La vie sur les ailes
Alors que le soleil se couchait par une chaude soirée de mai, dans le jardin, des chevaux au galop volaient autour du terrain de jeu sur le toit, de petites fléchettes noires volant à grande vitesse contre le ciel doré. Les chercheurs appellent ce comportement une « fête des cris » en raison des appels forts qu’ils émettent lorsqu’ils sont ensemble. Ils le font pour de nombreuses raisons, mais cette nuit, a déclaré Khan, ils ont démontré leurs compétences en les persuadant de quitter leur nid. “Ils aiment se montrer”, plaisante Khan.
Une fois que les oisillons ont volé, ils ne se posent plus pendant les deux ou trois premières années. Ils mangent, dorment et lavent même leurs ailes, ralentissant leur vol pour attraper les gouttes de pluie. Ils construisent leurs nids à partir de matériaux fins tels que des plumes d’autres oiseaux et de la paille attrapée par le vent, qu’ils ramassent dans le ciel et flottent dans les airs.
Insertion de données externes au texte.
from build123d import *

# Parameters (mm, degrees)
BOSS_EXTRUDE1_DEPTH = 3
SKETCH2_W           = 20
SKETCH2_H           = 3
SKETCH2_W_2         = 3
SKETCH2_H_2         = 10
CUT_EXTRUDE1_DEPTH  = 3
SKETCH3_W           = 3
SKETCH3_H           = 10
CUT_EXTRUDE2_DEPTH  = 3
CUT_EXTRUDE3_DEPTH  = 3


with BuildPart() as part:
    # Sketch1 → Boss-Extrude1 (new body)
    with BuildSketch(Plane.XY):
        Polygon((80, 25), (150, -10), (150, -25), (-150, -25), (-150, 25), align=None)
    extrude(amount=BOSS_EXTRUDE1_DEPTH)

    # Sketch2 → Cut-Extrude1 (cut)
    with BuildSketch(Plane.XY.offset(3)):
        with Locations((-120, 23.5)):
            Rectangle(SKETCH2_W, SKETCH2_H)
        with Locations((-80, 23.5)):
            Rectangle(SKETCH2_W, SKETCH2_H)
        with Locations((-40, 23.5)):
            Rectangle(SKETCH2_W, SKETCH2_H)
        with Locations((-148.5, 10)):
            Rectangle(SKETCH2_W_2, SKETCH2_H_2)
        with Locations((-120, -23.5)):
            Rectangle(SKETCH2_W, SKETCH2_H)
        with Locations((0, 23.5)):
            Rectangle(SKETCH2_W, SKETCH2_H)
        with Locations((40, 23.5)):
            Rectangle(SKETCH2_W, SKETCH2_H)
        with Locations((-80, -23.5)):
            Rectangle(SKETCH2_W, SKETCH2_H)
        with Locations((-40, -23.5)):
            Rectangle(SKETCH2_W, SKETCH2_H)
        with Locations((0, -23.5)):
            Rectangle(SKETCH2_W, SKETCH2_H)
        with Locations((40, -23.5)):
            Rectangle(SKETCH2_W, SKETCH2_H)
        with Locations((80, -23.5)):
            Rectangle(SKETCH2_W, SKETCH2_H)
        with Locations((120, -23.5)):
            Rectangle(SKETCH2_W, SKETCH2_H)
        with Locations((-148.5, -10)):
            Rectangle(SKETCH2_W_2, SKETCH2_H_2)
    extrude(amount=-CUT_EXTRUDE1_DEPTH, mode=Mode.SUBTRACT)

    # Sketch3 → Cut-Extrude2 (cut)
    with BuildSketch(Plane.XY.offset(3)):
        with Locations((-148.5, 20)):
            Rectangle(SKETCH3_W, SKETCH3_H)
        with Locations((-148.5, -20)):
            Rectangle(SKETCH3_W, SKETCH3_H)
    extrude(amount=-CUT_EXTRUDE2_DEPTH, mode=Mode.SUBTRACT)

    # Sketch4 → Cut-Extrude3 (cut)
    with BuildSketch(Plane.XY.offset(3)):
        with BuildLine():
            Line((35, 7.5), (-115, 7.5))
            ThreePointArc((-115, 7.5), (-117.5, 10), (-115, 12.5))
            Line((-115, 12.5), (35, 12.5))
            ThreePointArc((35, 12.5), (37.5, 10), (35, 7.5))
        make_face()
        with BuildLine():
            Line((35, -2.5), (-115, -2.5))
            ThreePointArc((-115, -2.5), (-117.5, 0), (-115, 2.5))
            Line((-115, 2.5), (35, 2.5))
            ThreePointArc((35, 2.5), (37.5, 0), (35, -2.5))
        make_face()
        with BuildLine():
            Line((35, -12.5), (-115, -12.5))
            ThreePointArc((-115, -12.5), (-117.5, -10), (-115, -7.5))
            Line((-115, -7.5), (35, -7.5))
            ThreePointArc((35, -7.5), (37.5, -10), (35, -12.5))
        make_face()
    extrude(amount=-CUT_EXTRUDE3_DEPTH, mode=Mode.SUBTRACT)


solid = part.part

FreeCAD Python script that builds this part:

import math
import FreeCAD as App
import Part
import Sketcher
Q = App.Units.Quantity


def add_polygon(sketch, points):
    """Adds a closed chain of lines whose ends are joined by coincident constraints."""
    first, n = sketch.GeometryCount, len(points)
    for a, b in zip(points, points[1:] + points[:1]):
        sketch.addGeometry(Part.LineSegment(App.Vector(*a, 0), App.Vector(*b, 0)), False)
    for i in range(n):
        sketch.addConstraint(Sketcher.Constraint("Coincident", first + i, 2, first + (i + 1) % n, 1))

doc = App.newDocument("Part")
body = doc.addObject("PartDesign::Body", "Body")

sketch1 = body.newObject("Sketcher::SketchObject", "Sketch")
sketch1.AttachmentSupport = (doc.getObject("XY_Plane"), [""])
sketch1.MapMode = "FlatFace"
add_polygon(sketch1, [(150, -10), (80, 25), (-150, 25), (-150, -25), (150, -25)])
sketch1.addConstraint([
    Sketcher.Constraint("Horizontal", 1),
    Sketcher.Constraint("Vertical", 2),
    Sketcher.Constraint("Horizontal", 3),
    Sketcher.Constraint("Vertical", 4),
    Sketcher.Constraint("Symmetric", 1, 2, 3, 2, -1, 1),
    Sketcher.Constraint("DistanceX", 1, 2, 1, 1, Q("230 mm")),
    Sketcher.Constraint("DistanceX", 3, 1, 3, 2, Q("300 mm")),
    Sketcher.Constraint("DistanceY", 2, 2, 2, 1, Q("50 mm")),
    Sketcher.Constraint("DistanceY", 4, 1, 4, 2, Q("15 mm")),
])
pad1 = body.newObject("PartDesign::Pad", "Pad")
pad1.Profile = sketch1
pad1.Length = 3

sketch2 = body.newObject("Sketcher::SketchObject", "Sketch001")
sketch2.AttachmentSupport = (doc.getObject("XY_Plane"), [""])
sketch2.MapMode = "FlatFace"
sketch2.AttachmentOffset = App.Placement(App.Vector(0, 0, 3), App.Rotation())
add_polygon(sketch2, [(-130, 25), (-130, 22), (-110, 22), (-110, 25)])
add_polygon(sketch2, [(-90, 25), (-90, 22), (-70, 22), (-70, 25)])
add_polygon(sketch2, [(-50, 25), (-50, 22), (-30, 22), (-30, 25)])
add_polygon(sketch2, [(-150, 15), (-150, 5), (-147, 5), (-147, 15)])
add_polygon(sketch2, [(-130, -22), (-130, -25), (-110, -25), (-110, -22)])
add_polygon(sketch2, [(-10, 25), (-10, 22), (10, 22), (10, 25)])
add_polygon(sketch2, [(30, 25), (30, 22), (50, 22), (50, 25)])
add_polygon(sketch2, [(-90, -22), (-90, -25), (-70, -25), (-70, -22)])
add_polygon(sketch2, [(-50, -22), (-50, -25), (-30, -25), (-30, -22)])
add_polygon(sketch2, [(-10, -22), (-10, -25), (10, -25), (10, -22)])
add_polygon(sketch2, [(30, -22), (30, -25), (50, -25), (50, -22)])
add_polygon(sketch2, [(70, -22), (70, -25), (90, -25), (90, -22)])
add_polygon(sketch2, [(110, -22), (110, -25), (130, -25), (130, -22)])
add_polygon(sketch2, [(-150, -5), (-150, -15), (-147, -15), (-147, -5)])
sketch2.addConstraint([
    Sketcher.Constraint("Vertical", 0),
    Sketcher.Constraint("Horizontal", 1),
    Sketcher.Constraint("Vertical", 2),
    Sketcher.Constraint("Horizontal", 3),
    Sketcher.Constraint("Vertical", 4),
    Sketcher.Constraint("Horizontal", 5),
    Sketcher.Constraint("Vertical", 6),
    Sketcher.Constraint("Horizontal", 7),
    Sketcher.Constraint("Vertical", 8),
    Sketcher.Constraint("Horizontal", 9),
    Sketcher.Constraint("Vertical", 10),
    Sketcher.Constraint("Horizontal", 11),
    Sketcher.Constraint("Vertical", 12),
    Sketcher.Constraint("Horizontal", 13),
    Sketcher.Constraint("Vertical", 14),
    Sketcher.Constraint("Horizontal", 15),
    Sketcher.Constraint("Vertical", 16),
    Sketcher.Constraint("Horizontal", 17),
    Sketcher.Constraint("Vertical", 18),
    Sketcher.Constraint("Horizontal", 19),
    Sketcher.Constraint("Vertical", 20),
    Sketcher.Constraint("Horizontal", 21),
    Sketcher.Constraint("Vertical", 22),
    Sketcher.Constraint("Horizontal", 23),
    Sketcher.Constraint("Vertical", 24),
    Sketcher.Constraint("Horizontal", 25),
    Sketcher.Constraint("Vertical", 26),
    Sketcher.Constraint("Horizontal", 27),
    Sketcher.Constraint("Vertical", 28),
    Sketcher.Constraint("Horizontal", 29),
    Sketcher.Constraint("Vertical", 30),
    Sketcher.Constraint("Horizontal", 31),
    Sketcher.Constraint("Vertical", 32),
    Sketcher.Constraint("Horizontal", 33),
    Sketcher.Constraint("Vertical", 34),
    Sketcher.Constraint("Horizontal", 35),
    Sketcher.Constraint("Vertical", 36),
    Sketcher.Constraint("Horizontal", 37),
    Sketcher.Constraint("Vertical", 38),
    Sketcher.Constraint("Horizontal", 39),
    Sketcher.Constraint("Vertical", 40),
    Sketcher.Constraint("Horizontal", 41),
    Sketcher.Constraint("Vertical", 42),
    Sketcher.Constraint("Horizontal", 43),
    Sketcher.Constraint("Vertical", 44),
    Sketcher.Constraint("Horizontal", 45),
    Sketcher.Constraint("Vertical", 46),
    Sketcher.Constraint("Horizontal", 47),
    Sketcher.Constraint("Vertical", 48),
    Sketcher.Constraint("Horizontal", 49),
    Sketcher.Constraint("Vertical", 50),
    Sketcher.Constraint("Horizontal", 51),
    Sketcher.Constraint("Vertical", 52),
    Sketcher.Constraint("Horizontal", 53),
Ils s’accouplent pour la vie, mais Hahn dit qu’ils migrent séparément – parcourant des milliers de kilomètres vers différents pays africains, pour ensuite se réunir sur des sites de nidification. Si les deux survivent à ce voyage, le couple se retrouvera année après année sur le même site de nidification. Ils débarquent uniquement pour élever leurs petits.
Pendant la guerre avec Israël, un grand nombre de couples ont fui le jardin après que l’Iran a tiré des roquettes sur Tel Aviv, a déclaré Khan. Mais il en reste plus de 30 paires. Depuis le toit du jardin, Khan regarde son quartier de Tel Aviv : « Ici, chaque endroit sera démoli, des gratte-ciel seront construits et bientôt il n’y aura plus de place pour que les enfants puissent nicher », a-t-il déclaré.
Les nichoirs que Han a aidé à installer leur permettent d’avoir encore de la place pour élever les générations futures à leur retour d’Afrique.